Problems also arise when a company using the software tool can specify the categorization scheme in their implementation of the categorization. Different individual users of the system need different levels of detail in the categorization scheme. Clerks who assign item numbers typically prefer a simple system with few categories, as less technical knowledge is required to correctly categorize an element. Engineers and technical managers typically prefer a system with more categories, because this is more useful in performing design analysis. A technical manager may prefer relatively few, broad categories (for example, electrical, mechanical, packaging), while the individual engineers typically want categories that reflect a much more precise categorization. However, even different engineers typically care about different levels of detail. An electrical engineer may wish to categorize electrical components very precisely, but be happy to group all mechanical components together into one category. Conversely, a mechanical engineer may want to categorize mechanical components very precisely and not care about electrical components. Conventional systems do not have the flexibility to meet these varied preferences.
The difficulty of addressing component categorization in a way that adequately serves the needs of different companies and different users within the company is so severe that many developers of software tools that manage and maintain item lists and BOMs have chosen to omit this functionality. Furthermore, prior art categorization systems are inflexible and limited in their use. They do not adapt well to specific applications and are inadequate for analyzing BOMs. Prior art categorization systems also do not support multiple categorization levels, inheritance of category properties, and multiple views of category detail.

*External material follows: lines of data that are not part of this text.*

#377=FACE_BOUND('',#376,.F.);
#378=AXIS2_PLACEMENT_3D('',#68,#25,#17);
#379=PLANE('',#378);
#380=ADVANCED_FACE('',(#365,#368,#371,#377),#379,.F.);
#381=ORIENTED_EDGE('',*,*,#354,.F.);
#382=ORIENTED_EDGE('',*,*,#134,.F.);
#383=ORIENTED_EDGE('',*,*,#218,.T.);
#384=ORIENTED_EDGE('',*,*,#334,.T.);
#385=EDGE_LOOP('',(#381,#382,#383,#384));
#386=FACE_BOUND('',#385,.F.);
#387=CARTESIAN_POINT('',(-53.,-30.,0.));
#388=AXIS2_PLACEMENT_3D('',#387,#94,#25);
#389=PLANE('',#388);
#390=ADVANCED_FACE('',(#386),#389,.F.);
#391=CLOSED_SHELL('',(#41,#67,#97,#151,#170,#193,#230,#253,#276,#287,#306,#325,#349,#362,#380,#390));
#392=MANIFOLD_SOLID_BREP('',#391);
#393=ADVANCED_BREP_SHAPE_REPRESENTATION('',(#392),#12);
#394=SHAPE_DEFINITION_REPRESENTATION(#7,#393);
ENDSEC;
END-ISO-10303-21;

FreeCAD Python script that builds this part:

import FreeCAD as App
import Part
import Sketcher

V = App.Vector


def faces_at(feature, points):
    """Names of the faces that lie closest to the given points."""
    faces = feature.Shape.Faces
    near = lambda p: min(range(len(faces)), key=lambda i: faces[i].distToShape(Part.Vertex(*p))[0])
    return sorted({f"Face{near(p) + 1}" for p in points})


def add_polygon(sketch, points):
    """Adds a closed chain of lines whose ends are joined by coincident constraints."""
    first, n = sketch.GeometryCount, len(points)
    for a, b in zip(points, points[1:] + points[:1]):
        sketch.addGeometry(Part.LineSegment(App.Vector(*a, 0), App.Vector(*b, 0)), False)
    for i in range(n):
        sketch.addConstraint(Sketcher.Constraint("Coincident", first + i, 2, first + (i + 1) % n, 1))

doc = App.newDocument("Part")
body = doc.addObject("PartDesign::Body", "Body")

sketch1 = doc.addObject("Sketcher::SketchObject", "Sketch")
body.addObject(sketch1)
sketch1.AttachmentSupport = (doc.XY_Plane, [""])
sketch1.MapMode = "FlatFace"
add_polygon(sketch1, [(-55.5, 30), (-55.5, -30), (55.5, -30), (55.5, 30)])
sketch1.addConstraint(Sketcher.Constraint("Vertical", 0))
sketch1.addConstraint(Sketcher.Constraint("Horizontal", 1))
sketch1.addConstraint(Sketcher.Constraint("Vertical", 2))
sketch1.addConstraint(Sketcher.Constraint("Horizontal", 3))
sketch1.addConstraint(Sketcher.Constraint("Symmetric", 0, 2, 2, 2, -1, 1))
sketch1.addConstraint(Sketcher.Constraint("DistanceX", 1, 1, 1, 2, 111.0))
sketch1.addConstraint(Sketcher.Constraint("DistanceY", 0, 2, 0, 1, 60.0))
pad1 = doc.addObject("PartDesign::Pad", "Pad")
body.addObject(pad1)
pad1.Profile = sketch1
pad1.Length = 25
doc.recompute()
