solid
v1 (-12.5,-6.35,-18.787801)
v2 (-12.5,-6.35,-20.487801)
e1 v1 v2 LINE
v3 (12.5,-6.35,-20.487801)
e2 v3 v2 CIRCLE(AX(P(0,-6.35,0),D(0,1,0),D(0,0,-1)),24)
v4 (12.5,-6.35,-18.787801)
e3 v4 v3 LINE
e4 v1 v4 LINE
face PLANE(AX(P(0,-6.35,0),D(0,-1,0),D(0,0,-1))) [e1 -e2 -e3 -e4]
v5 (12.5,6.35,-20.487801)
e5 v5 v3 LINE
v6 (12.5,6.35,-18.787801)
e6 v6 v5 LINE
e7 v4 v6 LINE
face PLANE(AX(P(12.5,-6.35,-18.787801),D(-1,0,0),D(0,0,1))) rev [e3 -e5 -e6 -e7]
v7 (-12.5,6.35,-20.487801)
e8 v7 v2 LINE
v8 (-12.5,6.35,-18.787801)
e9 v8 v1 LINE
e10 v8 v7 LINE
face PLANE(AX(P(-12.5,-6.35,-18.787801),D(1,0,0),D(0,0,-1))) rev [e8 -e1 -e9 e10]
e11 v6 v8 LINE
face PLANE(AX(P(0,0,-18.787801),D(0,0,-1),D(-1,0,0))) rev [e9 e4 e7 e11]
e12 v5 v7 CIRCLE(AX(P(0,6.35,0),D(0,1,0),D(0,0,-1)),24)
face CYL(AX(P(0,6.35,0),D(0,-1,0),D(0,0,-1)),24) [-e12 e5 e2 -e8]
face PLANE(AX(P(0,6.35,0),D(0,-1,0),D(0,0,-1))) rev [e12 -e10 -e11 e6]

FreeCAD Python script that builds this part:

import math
import FreeCAD as App
import Part
import Sketcher


def add_polygon(sketch, points):
    """Adds a closed chain of lines whose ends are joined by coincident constraints."""
    first, n = sketch.GeometryCount, len(points)
    for a, b in zip(points, points[1:] + points[:1]):
        sketch.addGeometry(Part.LineSegment(App.Vector(*a, 0), App.Vector(*b, 0)), False)
    for i in range(n):
        sketch.addConstraint(Sketcher.Constraint("Coincident", first + i, 2, first + (i + 1) % n, 1))

doc = App.newDocument("Part")
params = doc.addObject("Spreadsheet::Sheet", "Params")
for row, (alias, value) in enumerate([
    ("sketch1_radius", "24 mm"),
    ("sketch1_width", "25 mm"),
    ("pad1_length", "12.7 mm"),
    ("sketch2_width", "25 mm"),
    ("sketch2_height", "12.7 mm"),
    ("pad2_length", "1.7 mm"),
], start=1):
    params.set(f"A{row}", alias)
    params.set(f"B{row}", "=" + value)
    params.setAlias(f"B{row}", alias)

body = doc.addObject("PartDesign::Body", "Body")

sketch1 = body.newObject("Sketcher::SketchObject", "Sketch")
sketch1.AttachmentSupport = (doc.getObject("XZ_Plane"), [""])
sketch1.MapMode = "FlatFace"
sketch1.addGeometry(Part.LineSegment(App.Vector(-12, -20, 0), App.Vector(12, -20, 0)), False)
sketch1.addGeometry(Part.ArcOfCircle(Part.Circle(App.Vector(0, 0, 0), App.Vector(0, 0, 1), 24), math.radians(-121), math.radians(-59)), False)
sketch1.addConstraint(Sketcher.Constraint("Coincident", 0, 1, 1, 1))
sketch1.addConstraint(Sketcher.Constraint("Coincident", 1, 2, 0, 2))
sketch1.addConstraint(Sketcher.Constraint("Horizontal", 0))
sketch1.addConstraint(Sketcher.Constraint("Coincident", 1, 3, -1, 1))
sketch1.addConstraint(Sketcher.Constraint("Radius", 1, 24.0))
sketch1.addConstraint(Sketcher.Constraint("DistanceX", 0, 1, 0, 2, 25.0))
sketch1.setExpression("Constraints[4]", "Params.sketch1_radius")
sketch1.setExpression("Constraints[5]", "Params.sketch1_width")
pad1 = body.newObject("PartDesign::Pad", "Pad")
pad1.Profile = sketch1
pad1.setExpression("Length", "Params.pad1_length")
pad1.Midplane = True

sketch2 = body.newObject("Sketcher::SketchObject", "Sketch001")
sketch2.AttachmentSupport = (doc.getObject("XY_Plane"), [""])
sketch2.MapMode = "FlatFace"
sketch2.AttachmentOffset = App.Placement(App.Vector(0, 0, -20.487801), App.Rotation())
add_polygon(sketch2, [(-12, 6), (-12, -6), (12, -6), (12, 6)])
sketch2.addConstraint(Sketcher.Constraint("Vertical", 0))
sketch2.addConstraint(Sketcher.Constraint("Horizontal", 1))
sketch2.addConstraint(Sketcher.Constraint("Vertical", 2))
sketch2.addConstraint(Sketcher.Constraint("Horizontal", 3))
sketch2.addConstraint(Sketcher.Constraint("Symmetric", 0, 2, 2, 2, -1, 1))
sketch2.addConstraint(Sketcher.Constraint("DistanceX", 1, 1, 1, 2, 25.0))
sketch2.addConstraint(Sketcher.Constraint("DistanceY", 0, 2, 0, 1, 12.7))
sketch2.setExpression("Constraints[9]", "Params.sketch2_width")
sketch2.setExpression("Constraints[10]", "Params.sketch2_height")
pad2 = body.newObject("PartDesign::Pad", "Pad001")
pad2.Profile = sketch2
pad2.setExpression("Length", "Params.pad2_length")

doc.recompute()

In sum, conventional systems do not provide for the flexibility required of BOM management systems. For example, prior art technology does not facilitate the sharing of information between BOMs, particularly when the BOMs are developed by different users. The lack of shared BOM data inhibits activities such as identification of vendors, rating of parts, rating of vendors, rating of manufacturers, calculation of cost estimates, identification of components and alternative components, and execution of electronic transactions. In the prior art, the presence of an element, and data concerning that element, in a BOM is not fully exploited when a second BOM is developed. The prior art technology also does not facilitate the presentation of a variety of views of a BOM or a variety of views of elements within a BOM. Finally, there are no means by which data within a BOM can be used to provide a user with additional useful information about related elements and products.

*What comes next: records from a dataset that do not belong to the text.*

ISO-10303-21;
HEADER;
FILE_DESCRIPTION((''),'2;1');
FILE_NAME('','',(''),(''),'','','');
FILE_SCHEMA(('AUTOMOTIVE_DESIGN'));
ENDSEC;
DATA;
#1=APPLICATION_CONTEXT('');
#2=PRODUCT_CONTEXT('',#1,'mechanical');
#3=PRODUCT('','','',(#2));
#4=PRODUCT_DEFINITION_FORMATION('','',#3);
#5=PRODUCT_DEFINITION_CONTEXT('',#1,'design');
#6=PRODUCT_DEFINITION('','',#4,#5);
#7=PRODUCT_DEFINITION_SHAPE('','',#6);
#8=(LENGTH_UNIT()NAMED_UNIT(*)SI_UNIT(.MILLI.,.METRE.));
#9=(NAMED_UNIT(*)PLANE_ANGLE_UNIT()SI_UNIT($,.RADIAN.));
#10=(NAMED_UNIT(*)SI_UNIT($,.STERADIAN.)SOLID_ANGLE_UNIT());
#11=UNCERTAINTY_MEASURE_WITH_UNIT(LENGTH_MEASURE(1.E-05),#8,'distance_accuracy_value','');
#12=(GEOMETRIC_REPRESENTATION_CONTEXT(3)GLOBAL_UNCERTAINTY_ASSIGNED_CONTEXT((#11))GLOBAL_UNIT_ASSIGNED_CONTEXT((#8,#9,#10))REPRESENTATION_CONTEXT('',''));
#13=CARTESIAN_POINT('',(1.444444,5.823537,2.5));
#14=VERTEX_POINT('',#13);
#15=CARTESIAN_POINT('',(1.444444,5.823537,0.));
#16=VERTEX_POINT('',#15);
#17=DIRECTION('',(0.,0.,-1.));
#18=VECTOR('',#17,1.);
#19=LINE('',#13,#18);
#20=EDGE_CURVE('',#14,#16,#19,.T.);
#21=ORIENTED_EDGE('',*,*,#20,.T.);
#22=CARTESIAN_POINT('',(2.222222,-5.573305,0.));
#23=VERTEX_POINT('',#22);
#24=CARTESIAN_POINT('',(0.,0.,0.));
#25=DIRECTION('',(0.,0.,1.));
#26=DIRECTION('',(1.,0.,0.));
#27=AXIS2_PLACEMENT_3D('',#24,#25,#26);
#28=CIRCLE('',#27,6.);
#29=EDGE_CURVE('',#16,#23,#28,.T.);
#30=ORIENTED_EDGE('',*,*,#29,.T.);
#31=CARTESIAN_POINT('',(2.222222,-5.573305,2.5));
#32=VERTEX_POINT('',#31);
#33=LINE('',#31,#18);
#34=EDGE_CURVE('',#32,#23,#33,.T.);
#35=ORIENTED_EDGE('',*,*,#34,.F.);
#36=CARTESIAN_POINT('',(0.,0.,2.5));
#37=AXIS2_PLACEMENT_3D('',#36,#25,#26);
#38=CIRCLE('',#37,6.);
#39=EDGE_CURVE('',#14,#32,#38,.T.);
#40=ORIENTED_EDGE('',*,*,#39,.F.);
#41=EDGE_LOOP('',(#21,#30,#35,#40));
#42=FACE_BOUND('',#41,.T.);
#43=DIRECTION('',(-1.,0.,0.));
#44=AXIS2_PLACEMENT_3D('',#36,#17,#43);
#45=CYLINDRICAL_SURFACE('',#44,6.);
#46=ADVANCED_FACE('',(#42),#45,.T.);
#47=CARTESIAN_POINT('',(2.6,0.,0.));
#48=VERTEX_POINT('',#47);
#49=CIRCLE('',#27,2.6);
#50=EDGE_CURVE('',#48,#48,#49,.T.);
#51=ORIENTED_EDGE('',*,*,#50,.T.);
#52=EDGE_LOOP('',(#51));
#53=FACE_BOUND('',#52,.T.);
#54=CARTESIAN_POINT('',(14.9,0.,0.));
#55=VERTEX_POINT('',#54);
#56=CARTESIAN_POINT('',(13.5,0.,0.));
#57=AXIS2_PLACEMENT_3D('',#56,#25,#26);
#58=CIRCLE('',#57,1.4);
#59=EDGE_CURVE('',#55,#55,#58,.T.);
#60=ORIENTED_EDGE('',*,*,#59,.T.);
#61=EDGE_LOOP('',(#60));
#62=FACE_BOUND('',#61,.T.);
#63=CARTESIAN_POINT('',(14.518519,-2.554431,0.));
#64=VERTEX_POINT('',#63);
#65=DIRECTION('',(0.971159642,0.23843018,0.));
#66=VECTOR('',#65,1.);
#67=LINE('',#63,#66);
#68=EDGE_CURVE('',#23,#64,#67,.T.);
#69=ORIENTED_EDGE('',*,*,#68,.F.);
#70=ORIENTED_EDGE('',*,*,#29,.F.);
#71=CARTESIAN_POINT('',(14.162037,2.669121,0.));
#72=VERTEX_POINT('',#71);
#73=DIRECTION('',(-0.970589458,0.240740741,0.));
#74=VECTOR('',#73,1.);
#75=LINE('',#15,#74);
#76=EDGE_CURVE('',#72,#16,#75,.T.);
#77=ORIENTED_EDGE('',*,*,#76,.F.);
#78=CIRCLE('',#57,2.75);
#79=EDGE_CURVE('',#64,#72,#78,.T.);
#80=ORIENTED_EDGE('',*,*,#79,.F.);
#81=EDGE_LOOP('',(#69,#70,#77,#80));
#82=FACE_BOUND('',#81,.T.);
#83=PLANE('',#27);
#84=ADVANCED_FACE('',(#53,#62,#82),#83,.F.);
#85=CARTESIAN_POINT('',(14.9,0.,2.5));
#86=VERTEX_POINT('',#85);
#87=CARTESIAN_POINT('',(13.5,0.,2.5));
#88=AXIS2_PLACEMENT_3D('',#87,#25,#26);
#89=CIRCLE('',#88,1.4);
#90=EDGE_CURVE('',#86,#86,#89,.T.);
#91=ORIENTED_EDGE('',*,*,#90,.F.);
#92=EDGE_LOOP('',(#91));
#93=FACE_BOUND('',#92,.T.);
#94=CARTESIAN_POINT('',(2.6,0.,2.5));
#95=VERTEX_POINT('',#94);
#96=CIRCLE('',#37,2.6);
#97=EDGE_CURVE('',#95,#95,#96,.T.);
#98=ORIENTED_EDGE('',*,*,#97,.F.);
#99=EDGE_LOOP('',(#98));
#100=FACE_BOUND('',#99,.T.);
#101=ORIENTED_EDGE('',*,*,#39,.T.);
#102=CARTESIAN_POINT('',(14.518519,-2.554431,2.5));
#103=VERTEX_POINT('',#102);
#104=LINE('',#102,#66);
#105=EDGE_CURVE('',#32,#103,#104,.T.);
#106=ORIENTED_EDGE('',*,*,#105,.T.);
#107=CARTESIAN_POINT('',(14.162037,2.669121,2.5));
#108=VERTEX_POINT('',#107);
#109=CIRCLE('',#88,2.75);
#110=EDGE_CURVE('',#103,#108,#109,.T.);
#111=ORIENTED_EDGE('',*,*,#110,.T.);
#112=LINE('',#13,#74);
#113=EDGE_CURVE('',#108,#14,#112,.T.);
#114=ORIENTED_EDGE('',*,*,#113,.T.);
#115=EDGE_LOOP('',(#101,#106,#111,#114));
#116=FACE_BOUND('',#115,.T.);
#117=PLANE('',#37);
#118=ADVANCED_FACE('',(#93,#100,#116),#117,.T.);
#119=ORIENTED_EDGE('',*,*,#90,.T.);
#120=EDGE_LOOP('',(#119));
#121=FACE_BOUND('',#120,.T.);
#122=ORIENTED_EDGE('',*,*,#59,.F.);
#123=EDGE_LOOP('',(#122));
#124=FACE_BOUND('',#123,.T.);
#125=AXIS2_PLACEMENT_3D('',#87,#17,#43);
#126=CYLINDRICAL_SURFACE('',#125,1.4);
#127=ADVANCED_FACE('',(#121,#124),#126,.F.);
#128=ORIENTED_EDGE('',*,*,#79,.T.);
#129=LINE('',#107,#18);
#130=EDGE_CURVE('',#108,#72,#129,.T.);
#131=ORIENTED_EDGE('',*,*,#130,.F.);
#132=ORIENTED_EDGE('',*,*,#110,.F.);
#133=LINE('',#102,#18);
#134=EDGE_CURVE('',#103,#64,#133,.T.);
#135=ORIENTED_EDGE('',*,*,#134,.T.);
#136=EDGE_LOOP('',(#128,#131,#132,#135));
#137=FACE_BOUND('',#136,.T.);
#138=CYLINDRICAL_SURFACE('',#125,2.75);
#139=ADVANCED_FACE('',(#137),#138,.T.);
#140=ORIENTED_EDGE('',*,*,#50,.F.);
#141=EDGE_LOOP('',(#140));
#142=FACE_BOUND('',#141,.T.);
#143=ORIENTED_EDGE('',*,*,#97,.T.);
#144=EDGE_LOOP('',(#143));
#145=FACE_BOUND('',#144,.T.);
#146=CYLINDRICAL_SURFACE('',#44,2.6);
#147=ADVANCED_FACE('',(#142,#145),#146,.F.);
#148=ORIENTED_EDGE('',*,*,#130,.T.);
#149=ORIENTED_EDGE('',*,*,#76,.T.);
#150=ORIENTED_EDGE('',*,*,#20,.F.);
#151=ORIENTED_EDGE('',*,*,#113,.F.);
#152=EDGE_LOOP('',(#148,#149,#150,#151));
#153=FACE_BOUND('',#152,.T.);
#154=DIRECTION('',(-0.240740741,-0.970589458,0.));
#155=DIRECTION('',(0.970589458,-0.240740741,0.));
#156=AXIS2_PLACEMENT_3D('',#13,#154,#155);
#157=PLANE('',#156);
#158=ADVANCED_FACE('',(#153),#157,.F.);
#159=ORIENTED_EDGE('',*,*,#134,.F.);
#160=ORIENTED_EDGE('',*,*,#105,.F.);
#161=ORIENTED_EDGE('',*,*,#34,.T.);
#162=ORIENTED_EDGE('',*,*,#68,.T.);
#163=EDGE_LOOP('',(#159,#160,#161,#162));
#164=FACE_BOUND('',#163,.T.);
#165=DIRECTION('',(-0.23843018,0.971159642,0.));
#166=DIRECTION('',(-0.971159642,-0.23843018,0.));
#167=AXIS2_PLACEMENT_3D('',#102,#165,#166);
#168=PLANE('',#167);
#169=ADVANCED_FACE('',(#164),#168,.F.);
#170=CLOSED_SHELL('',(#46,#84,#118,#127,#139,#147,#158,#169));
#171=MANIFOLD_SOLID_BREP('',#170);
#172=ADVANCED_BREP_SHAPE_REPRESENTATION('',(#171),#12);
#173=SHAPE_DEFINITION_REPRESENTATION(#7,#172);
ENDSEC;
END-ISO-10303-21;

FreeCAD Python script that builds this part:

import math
import FreeCAD as App
import Part
import Sketcher

V = App.Vector

doc = App.newDocument("Part")
params = doc.addObject("Spreadsheet::Sheet", "Params")
for row, (alias, value) in enumerate([
    ("sketch1_radius", "6 mm"),
    ("sketch1_diameter", "2.8 mm"),
    ("sketch1_diameter2", "5.2 mm"),
    ("sketch1_radius2", "2.75 mm"),
    ("pad1_length", "2.5 mm"),
], start=1):
    params.set(f"A{row}", alias)
    params.set(f"B{row}", "=" + value)
    params.setAlias(f"B{row}", alias)

body = doc.addObject("PartDesign::Body", "Body")

# Sketch on XY plane
sketch1 = body.newObject("Sketcher::SketchObject", "Sketch")
sketch1.AttachmentSupport = (doc.getObject("XY_Plane"), [""])
sketch1.MapMode = "FlatFace"
sketch1.addGeometry(Part.LineSegment(V(14.2, 2.7, 0), V(1.4, 5.8, 0)), False)
sketch1.addGeometry(Part.ArcOfCircle(Part.Circle(V(0, 0, 0), V(0, 0, 1), 6), math.radians(76), math.radians(292)), False)
sketch1.addGeometry(Part.LineSegment(V(2.2, -5.6, 0), V(14.5, -2.6, 0)), False)
sketch1.addGeometry(Part.ArcOfCircle(Part.Circle(V(13.5, 0, 0), V(0, 0, 1), 2.8), math.radians(-68), math.radians(76)), False)
sketch1.addGeometry(Part.Circle(V(13.5, 0, 0), V(0, 0, 1), 1.4), False)
sketch1.addGeometry(Part.Circle(V(0, 0, 0), V(0, 0, 1), 2.6), False)
sketch1.addConstraint(Sketcher.Constraint("Tangent", 0, 2, 1, 1))
sketch1.addConstraint(Sketcher.Constraint("Coincident", 1, 2, 2, 1))
sketch1.addConstraint(Sketcher.Constraint("Coincident", 2, 2, 3, 1))
sketch1.addConstraint(Sketcher.Constraint("Tangent", 3, 2, 0, 1))
sketch1.addConstraint(Sketcher.Constraint("Coincident", 1, 3, -1, 1))
sketch1.addConstraint(Sketcher.Constraint("Coincident", 5, 3, -1, 1))
sketch1.addConstraint(Sketcher.Constraint("Coincident", 4, 3, 3, 3))
sketch1.addConstraint(Sketcher.Constraint("PointOnObject", 3, 3, -1))
sketch1.addConstraint(Sketcher.Constraint("Radius", 1, 6.0))
sketch1.addConstraint(Sketcher.Constraint("Diameter", 4, 2.8))
sketch1.addConstraint(Sketcher.Constraint("Diameter", 5, 5.2))
sketch1.addConstraint(Sketcher.Constraint("Radius", 3, 2.75))
sketch1.addConstraint(Sketcher.Constraint("DistanceX", -1, 1, 3, 3, 13.5))
sketch1.addConstraint(Sketcher.Constraint("DistanceX", -1, 1, 2, 2, 14.518519))
sketch1.addConstraint(Sketcher.Constraint("DistanceY", 1, 2, 0, 2, 11.396842))
sketch1.setExpression("Constraints[8]", "Params.sketch1_radius")
sketch1.setExpression("Constraints[9]", "Params.sketch1_diameter")
sketch1.setExpression("Constraints[10]", "Params.sketch1_diameter2")
sketch1.setExpression("Constraints[11]", "Params.sketch1_radius2")
pad1 = body.newObject("PartDesign::Pad", "Pad")
pad1.Profile = sketch1
pad1.setExpression("Length", "Params.pad1_length")

doc.recompute()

Conventional systems do not facilitate grouping of user data across separate BOMs. For example, there are no prior art systems for storing more than one BOM, owned by more than one user, in a single namespace. A single namespace includes a set of names, each a unique identifier. The names, for example, may be one or more primary keys of a database. Thus a single namespace shares the one or more primary key to uniquely identify the entity of the key. In the prior art it is not possible to store multiple BOMs within a single data file or set of files that share a set of one or more primary keys, while maintaining ownership and/or access control to individual BOMs and to the BOM data, and for sharing BOM data among stored multiple BOMs, with the BOMs not necessarily having the same owner. Thus, the prior art does not allow the storage of BOMs from multiple companies, or any other “owning” entity, in a single database or similar computational process. Advantages of BOM aggregation are therefore not achievable in the prior art.